Jose Gonzalez's "Storm" will take us through the last few storylines of the evening.
Smash goes to Waverly's and gives her his little Leftovers of Fidelity. He tells her that he missed her and she invites him inside.
Jason sits on the Garritys' front stoop. Lyla comes out and Jason says they just really need to talk. She says that they don't, that she's not upset, that she's just happy that she knows "the truth about us." She coldly tells him that he was too chicken to tell her the truth himself, but at least now she knows. She goes back inside and leaves Jason behind.

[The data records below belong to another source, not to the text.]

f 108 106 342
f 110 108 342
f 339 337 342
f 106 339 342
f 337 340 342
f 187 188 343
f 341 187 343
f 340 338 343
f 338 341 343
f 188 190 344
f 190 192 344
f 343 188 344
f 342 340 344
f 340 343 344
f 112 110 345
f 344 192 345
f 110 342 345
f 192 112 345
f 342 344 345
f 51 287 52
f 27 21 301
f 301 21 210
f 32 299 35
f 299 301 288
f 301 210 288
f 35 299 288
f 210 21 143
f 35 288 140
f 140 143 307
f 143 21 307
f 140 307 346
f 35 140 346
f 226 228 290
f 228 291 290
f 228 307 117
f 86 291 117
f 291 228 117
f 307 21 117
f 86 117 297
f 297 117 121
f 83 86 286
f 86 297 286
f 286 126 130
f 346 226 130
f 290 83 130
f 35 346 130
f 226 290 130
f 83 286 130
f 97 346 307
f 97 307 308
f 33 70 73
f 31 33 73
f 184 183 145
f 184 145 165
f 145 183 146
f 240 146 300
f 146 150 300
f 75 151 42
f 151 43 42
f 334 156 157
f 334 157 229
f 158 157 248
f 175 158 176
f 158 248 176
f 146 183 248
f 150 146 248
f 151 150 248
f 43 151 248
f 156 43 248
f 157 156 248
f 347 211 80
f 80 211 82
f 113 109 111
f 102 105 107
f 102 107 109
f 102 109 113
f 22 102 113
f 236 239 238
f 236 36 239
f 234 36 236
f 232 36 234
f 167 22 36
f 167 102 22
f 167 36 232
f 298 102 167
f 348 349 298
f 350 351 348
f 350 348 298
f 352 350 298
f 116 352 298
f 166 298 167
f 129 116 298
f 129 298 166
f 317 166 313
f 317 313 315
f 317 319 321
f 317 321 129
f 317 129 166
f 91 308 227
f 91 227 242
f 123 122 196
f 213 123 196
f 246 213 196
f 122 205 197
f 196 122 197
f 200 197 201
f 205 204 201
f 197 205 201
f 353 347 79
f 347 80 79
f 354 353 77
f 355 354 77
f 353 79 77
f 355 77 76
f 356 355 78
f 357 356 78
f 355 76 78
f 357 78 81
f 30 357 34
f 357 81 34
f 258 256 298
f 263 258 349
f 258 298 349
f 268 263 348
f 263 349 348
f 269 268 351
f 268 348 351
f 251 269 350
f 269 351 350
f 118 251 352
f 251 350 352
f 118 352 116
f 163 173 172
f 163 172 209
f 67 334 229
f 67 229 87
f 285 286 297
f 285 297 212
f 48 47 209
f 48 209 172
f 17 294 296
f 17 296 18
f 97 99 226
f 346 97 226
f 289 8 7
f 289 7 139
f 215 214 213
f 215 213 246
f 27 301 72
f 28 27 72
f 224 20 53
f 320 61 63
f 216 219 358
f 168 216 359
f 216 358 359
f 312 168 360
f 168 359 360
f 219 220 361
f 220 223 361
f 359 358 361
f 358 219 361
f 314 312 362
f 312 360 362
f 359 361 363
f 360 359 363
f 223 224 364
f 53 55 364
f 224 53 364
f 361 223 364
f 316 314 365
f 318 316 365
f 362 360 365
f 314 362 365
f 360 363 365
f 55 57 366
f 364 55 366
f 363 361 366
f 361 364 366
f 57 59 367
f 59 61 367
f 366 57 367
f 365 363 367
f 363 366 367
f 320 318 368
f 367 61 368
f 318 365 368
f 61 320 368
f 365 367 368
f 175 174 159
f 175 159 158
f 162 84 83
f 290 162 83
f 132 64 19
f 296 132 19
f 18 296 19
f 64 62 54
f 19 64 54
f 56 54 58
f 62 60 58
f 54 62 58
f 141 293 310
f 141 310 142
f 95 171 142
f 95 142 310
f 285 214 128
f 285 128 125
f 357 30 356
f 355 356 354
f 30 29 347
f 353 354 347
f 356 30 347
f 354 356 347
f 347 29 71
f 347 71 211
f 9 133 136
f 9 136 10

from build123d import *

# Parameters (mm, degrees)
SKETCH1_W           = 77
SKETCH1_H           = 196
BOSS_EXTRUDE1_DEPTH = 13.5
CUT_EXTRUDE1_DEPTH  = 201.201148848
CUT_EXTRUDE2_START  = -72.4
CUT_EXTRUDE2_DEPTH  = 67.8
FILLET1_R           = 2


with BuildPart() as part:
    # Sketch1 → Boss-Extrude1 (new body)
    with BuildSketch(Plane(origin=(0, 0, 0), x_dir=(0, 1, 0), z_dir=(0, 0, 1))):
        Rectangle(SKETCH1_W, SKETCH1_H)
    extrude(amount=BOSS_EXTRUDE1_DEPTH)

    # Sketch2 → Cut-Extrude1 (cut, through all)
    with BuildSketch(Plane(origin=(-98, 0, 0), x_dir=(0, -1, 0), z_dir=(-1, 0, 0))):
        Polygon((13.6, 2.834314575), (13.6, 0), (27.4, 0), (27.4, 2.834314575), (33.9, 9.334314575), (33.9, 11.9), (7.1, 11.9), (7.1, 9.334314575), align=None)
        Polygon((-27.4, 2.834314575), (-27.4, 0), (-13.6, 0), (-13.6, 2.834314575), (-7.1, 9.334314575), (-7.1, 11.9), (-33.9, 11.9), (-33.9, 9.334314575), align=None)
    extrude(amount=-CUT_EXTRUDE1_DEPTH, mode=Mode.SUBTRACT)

Eric stands behind Tami with his arms wrapped around her. It seems like they are in front of a mirror in their room or something. We're seemingly watching them looking at themselves in the mirror. Eric asks if they are done fighting. Notice Tami just "hmm"s in reply. Eric tells his wife that he loves and respects her. Tami "hmmm"s. He continues, "I am proud of you. I am in love with you completely. I'm sorry for the way this all happened. I'll tell you what, though, Austin is going to be good to this family." Tami finally speaks. "I know it is." Pause. Pause. "But baby, I'm not goin' to Austin. I can't leave here now." She asks him to come to bed with her, turns, and leaves the frame. We're left on Coach, staring ahead, his hair telling him that it told him so, unsure what he'll do , and then he turns out the lights. BUT DO NOT USE THAT FINAL PHRASE TO MAKE ANY NON-RENEWAL PUNS ABOUT THIS SHOW, MISTER REILLY.